# [What the exercise asks]
Of all the lines below, output only those starting at the one with "v8 (240,-40,90.048479)" and ending at the one with "e22 v15 v18 LINE", both ends included, exactly as written.

*** Data records ***

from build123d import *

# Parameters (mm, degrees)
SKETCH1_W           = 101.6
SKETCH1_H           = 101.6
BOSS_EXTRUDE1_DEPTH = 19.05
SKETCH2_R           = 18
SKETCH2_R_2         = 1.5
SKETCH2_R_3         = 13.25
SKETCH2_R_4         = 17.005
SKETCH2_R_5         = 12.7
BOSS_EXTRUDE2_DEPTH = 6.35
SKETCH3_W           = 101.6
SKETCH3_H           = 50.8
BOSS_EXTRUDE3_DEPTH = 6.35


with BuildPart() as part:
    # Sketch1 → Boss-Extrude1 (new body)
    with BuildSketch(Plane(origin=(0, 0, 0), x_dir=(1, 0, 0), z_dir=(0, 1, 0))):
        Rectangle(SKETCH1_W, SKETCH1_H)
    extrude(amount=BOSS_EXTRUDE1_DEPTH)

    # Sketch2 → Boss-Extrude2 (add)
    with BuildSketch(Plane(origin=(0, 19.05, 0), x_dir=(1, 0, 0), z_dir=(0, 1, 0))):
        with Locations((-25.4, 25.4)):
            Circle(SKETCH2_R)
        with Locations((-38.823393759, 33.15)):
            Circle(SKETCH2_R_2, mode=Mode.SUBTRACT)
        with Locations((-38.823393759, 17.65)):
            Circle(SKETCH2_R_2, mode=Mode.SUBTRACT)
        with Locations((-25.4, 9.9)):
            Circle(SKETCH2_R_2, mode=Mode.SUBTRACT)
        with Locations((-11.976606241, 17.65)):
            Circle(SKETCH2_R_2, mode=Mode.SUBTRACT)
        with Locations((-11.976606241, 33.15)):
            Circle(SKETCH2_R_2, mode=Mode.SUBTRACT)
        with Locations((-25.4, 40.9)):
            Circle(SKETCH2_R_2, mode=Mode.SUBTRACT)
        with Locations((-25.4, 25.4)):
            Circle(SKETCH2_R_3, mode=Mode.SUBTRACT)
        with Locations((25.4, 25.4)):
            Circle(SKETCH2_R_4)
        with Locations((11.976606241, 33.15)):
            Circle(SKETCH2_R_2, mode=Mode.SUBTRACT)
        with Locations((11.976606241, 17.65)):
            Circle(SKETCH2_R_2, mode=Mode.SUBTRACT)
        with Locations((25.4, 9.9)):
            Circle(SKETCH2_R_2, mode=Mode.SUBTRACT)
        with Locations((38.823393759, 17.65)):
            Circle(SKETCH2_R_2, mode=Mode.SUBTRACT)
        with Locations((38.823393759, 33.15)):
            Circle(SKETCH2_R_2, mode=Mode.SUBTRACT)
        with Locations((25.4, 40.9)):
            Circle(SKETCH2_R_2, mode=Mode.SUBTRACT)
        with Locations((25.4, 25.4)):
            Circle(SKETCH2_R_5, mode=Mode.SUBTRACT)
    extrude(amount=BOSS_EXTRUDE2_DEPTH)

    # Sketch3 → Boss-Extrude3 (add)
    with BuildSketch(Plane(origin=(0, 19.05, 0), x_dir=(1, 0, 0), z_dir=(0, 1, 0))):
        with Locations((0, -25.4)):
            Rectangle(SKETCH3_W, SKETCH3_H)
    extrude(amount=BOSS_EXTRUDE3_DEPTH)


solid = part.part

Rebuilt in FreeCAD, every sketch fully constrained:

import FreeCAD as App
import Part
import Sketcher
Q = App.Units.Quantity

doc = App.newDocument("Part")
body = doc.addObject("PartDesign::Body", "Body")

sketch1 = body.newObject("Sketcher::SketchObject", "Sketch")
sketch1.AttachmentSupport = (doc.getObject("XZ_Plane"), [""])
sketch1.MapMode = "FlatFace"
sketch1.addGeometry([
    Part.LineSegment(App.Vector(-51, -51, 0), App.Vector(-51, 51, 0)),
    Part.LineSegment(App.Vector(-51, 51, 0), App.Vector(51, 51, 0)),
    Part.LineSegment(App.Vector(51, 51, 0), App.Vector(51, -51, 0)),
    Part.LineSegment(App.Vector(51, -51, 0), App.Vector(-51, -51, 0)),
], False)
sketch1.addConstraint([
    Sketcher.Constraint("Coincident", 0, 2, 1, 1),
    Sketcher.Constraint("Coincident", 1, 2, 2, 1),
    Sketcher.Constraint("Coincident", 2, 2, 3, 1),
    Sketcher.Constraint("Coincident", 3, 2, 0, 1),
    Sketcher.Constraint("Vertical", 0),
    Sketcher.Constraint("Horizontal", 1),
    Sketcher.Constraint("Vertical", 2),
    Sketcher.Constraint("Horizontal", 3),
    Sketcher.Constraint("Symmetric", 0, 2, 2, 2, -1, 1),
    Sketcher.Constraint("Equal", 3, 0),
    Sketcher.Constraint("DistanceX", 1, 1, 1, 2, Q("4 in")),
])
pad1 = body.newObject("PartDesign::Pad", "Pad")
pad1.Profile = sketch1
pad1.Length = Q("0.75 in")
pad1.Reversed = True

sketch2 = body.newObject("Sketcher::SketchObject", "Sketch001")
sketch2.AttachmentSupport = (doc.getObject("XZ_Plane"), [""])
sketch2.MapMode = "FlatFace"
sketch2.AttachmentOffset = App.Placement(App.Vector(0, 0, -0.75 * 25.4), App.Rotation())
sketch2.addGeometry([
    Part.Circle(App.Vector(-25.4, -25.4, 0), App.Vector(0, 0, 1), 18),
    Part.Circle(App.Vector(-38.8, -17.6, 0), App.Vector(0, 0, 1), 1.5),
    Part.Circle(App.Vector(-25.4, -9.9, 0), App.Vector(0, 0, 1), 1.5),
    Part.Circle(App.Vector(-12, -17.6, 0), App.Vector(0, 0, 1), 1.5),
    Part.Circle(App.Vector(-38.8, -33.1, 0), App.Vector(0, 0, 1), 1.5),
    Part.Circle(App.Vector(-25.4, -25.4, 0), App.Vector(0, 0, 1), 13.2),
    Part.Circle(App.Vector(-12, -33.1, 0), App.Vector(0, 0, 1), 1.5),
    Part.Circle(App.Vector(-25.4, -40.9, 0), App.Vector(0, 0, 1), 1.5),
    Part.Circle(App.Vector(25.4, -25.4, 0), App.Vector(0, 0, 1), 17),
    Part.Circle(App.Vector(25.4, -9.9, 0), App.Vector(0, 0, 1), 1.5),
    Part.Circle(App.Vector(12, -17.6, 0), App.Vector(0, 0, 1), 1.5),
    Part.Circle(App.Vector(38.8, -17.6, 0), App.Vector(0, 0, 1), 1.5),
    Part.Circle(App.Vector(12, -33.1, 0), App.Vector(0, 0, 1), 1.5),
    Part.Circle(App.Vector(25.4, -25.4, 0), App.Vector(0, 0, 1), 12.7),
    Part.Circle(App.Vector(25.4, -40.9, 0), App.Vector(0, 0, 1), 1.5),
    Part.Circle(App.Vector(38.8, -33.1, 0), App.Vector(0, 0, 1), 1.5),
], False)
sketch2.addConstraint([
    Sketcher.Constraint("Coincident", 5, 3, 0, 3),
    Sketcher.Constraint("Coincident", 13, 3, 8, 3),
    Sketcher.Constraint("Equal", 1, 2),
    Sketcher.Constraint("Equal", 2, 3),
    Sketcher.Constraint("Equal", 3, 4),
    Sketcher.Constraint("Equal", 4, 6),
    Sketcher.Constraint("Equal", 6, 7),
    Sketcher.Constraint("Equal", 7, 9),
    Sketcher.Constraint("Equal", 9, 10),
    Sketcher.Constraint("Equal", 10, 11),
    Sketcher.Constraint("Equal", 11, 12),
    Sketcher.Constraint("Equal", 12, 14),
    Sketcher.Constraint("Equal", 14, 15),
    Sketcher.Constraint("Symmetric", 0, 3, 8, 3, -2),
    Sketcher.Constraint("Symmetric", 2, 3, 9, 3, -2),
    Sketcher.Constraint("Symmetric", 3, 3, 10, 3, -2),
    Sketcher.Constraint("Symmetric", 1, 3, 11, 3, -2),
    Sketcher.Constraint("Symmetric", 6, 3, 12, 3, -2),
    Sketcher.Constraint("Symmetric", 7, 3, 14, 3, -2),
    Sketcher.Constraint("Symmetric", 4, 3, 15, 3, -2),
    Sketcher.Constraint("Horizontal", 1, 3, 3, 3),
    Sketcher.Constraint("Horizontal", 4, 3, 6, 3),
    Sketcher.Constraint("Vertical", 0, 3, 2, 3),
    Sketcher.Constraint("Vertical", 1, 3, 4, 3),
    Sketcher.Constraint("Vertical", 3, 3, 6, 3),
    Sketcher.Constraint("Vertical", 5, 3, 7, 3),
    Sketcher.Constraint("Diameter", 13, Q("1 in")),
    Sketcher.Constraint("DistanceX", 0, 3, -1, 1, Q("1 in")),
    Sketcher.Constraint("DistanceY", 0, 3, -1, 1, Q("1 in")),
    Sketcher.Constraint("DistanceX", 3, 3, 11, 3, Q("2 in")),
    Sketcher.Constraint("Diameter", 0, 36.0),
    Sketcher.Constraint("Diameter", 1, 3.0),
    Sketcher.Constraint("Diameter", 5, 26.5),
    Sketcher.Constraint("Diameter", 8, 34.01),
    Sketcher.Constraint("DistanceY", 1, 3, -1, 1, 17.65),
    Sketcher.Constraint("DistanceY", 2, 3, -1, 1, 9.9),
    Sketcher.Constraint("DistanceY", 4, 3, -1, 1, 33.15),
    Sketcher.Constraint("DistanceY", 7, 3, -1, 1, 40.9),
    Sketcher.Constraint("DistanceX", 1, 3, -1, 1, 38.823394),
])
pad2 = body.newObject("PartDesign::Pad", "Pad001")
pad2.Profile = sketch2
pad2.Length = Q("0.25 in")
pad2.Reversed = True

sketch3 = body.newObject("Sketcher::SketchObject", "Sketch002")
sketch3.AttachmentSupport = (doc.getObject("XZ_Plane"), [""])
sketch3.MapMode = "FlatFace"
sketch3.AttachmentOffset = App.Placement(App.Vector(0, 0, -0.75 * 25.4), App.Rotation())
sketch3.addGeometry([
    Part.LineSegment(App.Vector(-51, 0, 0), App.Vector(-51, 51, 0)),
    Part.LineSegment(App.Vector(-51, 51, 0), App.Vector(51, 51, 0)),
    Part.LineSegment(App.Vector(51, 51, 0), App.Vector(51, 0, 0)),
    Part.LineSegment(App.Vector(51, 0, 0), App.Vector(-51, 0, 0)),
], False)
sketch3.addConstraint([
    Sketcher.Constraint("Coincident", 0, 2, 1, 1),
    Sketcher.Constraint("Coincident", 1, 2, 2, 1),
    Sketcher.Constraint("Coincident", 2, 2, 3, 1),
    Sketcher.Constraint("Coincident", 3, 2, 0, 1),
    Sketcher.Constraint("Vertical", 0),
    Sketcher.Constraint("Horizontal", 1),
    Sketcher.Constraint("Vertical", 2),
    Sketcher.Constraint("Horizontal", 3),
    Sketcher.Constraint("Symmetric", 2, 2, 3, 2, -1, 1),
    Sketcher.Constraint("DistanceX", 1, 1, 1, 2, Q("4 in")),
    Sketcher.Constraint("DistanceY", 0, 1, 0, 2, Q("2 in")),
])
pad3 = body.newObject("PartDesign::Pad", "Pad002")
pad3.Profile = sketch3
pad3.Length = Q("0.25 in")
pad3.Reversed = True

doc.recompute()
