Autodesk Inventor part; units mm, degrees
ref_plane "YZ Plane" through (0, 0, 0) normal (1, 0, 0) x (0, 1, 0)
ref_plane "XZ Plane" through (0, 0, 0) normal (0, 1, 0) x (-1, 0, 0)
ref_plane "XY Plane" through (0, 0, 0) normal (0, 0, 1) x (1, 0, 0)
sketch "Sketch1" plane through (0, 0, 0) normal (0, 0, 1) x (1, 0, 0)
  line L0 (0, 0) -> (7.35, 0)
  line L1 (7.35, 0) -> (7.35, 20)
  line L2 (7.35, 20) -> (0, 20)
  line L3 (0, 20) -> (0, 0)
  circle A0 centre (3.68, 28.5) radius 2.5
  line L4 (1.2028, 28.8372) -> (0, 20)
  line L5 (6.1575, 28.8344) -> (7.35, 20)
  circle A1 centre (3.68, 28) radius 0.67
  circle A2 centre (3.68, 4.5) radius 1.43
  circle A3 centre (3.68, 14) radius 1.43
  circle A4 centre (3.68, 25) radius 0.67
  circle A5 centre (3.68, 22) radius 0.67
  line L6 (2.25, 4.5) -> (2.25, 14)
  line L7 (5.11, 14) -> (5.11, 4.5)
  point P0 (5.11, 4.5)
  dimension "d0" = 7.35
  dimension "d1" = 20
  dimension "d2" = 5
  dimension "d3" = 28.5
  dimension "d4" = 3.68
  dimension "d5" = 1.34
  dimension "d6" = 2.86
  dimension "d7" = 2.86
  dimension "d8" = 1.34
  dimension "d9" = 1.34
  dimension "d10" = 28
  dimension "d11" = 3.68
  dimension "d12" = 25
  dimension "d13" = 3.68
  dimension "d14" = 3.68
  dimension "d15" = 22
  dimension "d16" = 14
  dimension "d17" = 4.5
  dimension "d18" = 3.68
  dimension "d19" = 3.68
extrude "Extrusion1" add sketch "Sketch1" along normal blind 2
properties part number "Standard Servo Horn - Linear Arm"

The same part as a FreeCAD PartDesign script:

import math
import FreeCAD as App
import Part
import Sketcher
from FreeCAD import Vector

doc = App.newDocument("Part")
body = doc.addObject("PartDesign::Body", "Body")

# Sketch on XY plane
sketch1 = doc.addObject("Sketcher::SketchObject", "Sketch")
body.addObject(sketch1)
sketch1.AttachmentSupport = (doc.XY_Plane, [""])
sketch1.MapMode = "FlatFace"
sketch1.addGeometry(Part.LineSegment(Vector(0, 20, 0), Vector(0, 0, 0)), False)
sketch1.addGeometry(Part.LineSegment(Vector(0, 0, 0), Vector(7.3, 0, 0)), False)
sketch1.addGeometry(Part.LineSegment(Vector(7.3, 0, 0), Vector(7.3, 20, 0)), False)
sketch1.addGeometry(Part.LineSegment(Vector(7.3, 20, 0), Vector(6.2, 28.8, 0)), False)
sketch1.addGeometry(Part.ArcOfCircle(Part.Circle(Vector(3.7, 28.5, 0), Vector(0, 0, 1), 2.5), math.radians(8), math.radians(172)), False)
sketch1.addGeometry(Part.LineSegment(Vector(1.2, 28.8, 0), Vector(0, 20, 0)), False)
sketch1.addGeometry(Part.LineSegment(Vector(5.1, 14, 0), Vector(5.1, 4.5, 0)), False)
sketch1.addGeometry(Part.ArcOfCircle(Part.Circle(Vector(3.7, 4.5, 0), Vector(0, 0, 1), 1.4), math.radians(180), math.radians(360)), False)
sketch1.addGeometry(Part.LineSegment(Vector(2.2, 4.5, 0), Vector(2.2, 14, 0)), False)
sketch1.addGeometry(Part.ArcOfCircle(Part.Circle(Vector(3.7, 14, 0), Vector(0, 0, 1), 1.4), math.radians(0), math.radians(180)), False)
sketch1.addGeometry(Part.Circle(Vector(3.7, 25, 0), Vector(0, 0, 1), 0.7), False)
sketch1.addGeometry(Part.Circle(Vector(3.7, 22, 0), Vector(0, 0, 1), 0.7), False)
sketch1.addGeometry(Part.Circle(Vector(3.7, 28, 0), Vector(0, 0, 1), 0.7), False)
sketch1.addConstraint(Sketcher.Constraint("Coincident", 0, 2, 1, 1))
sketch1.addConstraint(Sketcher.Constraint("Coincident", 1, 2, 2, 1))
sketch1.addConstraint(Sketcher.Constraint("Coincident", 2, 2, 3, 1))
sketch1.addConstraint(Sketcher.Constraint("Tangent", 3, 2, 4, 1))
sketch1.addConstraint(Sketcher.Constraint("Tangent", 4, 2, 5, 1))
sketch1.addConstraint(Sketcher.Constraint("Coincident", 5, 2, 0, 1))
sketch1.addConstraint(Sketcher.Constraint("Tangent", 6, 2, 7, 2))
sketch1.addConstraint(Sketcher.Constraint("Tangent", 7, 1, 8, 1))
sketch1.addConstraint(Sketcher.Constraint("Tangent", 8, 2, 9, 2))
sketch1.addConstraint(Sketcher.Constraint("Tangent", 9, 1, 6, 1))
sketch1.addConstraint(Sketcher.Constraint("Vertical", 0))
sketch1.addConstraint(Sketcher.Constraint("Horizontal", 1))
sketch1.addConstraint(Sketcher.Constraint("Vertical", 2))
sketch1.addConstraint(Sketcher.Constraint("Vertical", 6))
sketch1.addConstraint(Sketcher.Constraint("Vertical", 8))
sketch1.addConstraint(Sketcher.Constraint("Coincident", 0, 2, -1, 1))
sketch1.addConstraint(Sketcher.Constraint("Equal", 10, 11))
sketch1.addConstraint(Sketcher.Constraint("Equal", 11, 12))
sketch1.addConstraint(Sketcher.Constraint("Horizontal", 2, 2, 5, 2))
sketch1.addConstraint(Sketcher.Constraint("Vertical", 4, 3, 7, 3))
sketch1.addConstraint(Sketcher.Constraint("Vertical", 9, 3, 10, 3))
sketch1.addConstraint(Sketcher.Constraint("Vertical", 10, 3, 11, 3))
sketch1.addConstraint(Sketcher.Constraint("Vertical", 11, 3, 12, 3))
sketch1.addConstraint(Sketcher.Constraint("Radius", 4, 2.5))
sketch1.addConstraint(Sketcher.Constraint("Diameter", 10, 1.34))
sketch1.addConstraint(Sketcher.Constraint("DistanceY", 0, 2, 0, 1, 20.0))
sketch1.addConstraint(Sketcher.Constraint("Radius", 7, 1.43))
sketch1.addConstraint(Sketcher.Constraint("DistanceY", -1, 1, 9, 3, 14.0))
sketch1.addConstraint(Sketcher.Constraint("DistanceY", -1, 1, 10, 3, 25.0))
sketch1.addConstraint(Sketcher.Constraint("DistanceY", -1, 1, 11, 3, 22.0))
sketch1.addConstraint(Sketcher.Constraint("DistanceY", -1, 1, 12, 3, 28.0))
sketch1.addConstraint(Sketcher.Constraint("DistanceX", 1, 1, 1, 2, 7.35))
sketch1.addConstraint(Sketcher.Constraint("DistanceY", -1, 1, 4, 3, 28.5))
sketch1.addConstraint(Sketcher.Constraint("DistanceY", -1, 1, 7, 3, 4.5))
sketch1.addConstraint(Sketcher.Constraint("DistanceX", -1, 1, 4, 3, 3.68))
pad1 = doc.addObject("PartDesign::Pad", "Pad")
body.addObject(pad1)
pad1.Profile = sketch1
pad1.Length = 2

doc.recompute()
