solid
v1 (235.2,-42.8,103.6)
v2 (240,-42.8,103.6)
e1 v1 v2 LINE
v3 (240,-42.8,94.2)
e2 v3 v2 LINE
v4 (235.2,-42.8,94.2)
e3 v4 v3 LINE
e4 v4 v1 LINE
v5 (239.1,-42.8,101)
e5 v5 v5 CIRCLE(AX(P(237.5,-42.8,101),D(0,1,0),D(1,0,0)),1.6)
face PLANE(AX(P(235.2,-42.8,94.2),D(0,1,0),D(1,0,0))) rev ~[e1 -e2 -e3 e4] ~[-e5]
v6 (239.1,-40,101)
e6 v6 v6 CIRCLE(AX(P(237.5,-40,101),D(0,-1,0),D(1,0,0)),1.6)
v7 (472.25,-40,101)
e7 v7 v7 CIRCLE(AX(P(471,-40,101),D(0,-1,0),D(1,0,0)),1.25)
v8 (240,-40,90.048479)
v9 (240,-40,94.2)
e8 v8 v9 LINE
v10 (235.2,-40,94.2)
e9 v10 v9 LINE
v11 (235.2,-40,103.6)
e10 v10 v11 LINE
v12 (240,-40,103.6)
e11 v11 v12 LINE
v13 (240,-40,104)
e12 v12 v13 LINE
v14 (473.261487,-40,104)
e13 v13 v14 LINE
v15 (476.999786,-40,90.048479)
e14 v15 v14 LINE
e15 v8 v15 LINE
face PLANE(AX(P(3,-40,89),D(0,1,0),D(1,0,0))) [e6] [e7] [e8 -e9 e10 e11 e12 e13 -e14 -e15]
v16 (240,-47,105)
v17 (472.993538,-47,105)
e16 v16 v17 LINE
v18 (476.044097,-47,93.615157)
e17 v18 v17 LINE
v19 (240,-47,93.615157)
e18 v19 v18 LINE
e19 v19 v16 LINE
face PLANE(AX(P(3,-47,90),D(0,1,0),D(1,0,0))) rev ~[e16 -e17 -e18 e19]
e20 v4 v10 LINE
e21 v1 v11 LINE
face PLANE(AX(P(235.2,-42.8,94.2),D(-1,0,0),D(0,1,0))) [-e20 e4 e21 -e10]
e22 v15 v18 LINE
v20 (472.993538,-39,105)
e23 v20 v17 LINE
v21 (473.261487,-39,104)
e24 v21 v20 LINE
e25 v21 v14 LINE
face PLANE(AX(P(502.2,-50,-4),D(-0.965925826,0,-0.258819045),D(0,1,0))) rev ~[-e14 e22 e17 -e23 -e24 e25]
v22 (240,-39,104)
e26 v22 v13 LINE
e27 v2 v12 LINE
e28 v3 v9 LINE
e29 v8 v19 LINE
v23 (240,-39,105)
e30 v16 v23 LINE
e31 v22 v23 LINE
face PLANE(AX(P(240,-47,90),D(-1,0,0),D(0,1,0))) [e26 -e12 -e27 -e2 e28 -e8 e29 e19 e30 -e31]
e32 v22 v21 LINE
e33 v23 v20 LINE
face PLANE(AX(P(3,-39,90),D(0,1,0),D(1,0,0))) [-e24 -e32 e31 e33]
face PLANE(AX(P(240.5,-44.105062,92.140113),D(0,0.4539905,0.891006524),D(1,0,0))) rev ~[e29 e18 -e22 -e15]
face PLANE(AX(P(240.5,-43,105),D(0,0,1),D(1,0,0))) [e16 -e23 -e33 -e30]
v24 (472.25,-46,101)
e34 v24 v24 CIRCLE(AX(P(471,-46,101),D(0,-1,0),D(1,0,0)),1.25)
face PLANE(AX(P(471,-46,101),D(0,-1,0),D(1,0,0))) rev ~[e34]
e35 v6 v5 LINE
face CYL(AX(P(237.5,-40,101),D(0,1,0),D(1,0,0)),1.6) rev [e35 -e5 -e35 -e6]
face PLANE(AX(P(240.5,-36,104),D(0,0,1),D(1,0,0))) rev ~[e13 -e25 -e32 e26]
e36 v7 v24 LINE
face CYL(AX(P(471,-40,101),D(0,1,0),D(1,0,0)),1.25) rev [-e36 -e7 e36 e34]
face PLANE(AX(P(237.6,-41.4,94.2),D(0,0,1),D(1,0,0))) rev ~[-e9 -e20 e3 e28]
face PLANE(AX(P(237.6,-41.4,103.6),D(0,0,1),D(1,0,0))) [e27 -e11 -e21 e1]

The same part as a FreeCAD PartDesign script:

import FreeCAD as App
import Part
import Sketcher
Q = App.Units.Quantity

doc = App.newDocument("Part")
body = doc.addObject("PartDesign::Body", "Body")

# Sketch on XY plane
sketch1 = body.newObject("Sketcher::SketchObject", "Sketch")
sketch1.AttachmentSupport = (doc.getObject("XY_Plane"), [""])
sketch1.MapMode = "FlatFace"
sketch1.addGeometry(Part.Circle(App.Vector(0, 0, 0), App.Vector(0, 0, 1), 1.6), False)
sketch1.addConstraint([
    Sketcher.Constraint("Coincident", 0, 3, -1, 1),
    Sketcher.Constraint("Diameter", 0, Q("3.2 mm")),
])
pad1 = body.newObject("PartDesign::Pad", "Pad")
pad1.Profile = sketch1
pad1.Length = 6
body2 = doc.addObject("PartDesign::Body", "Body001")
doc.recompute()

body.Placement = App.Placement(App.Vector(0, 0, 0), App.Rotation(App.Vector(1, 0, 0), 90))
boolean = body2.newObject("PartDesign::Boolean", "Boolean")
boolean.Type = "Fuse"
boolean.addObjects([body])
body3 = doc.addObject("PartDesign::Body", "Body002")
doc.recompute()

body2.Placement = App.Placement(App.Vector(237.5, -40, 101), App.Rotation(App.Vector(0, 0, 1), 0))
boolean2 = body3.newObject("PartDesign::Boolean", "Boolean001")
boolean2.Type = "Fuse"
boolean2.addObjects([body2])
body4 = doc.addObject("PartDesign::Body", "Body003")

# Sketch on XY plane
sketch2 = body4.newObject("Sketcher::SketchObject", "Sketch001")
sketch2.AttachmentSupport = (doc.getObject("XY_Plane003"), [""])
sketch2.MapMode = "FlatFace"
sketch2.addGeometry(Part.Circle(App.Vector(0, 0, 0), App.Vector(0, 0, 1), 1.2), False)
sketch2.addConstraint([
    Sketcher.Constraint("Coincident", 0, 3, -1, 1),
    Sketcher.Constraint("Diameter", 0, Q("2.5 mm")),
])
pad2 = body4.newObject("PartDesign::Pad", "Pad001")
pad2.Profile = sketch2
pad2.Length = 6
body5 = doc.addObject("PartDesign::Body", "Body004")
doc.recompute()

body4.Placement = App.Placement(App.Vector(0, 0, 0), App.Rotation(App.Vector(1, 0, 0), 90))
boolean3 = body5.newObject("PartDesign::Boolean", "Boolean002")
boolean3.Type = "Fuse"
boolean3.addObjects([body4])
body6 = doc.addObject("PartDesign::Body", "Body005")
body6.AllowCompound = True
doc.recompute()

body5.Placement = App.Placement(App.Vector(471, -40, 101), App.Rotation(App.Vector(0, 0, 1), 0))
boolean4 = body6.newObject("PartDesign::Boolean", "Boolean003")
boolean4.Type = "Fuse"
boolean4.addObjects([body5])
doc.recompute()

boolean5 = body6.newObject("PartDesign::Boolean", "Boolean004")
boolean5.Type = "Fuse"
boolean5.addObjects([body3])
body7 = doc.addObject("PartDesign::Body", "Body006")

*** End of Data records ***

# [Response to this task]
v8 (240,-40,90.048479)
v9 (240,-40,94.2)
e8 v8 v9 LINE
v10 (235.2,-40,94.2)
e9 v10 v9 LINE
v11 (235.2,-40,103.6)
e10 v10 v11 LINE
v12 (240,-40,103.6)
e11 v11 v12 LINE
v13 (240,-40,104)
e12 v12 v13 LINE
v14 (473.261487,-40,104)
e13 v13 v14 LINE
v15 (476.999786,-40,90.048479)
e14 v15 v14 LINE
e15 v8 v15 LINE
face PLANE(AX(P(3,-40,89),D(0,1,0),D(1,0,0))) [e6] [e7] [e8 -e9 e10 e11 e12 e13 -e14 -e15]
v16 (240,-47,105)
v17 (472.993538,-47,105)
e16 v16 v17 LINE
v18 (476.044097,-47,93.615157)
e17 v18 v17 LINE
v19 (240,-47,93.615157)
e18 v19 v18 LINE
e19 v19 v16 LINE
face PLANE(AX(P(3,-47,90),D(0,1,0),D(1,0,0))) rev ~[e16 -e17 -e18 e19]
e20 v4 v10 LINE
e21 v1 v11 LINE
face PLANE(AX(P(235.2,-42.8,94.2),D(-1,0,0),D(0,1,0))) [-e20 e4 e21 -e10]
e22 v15 v18 LINE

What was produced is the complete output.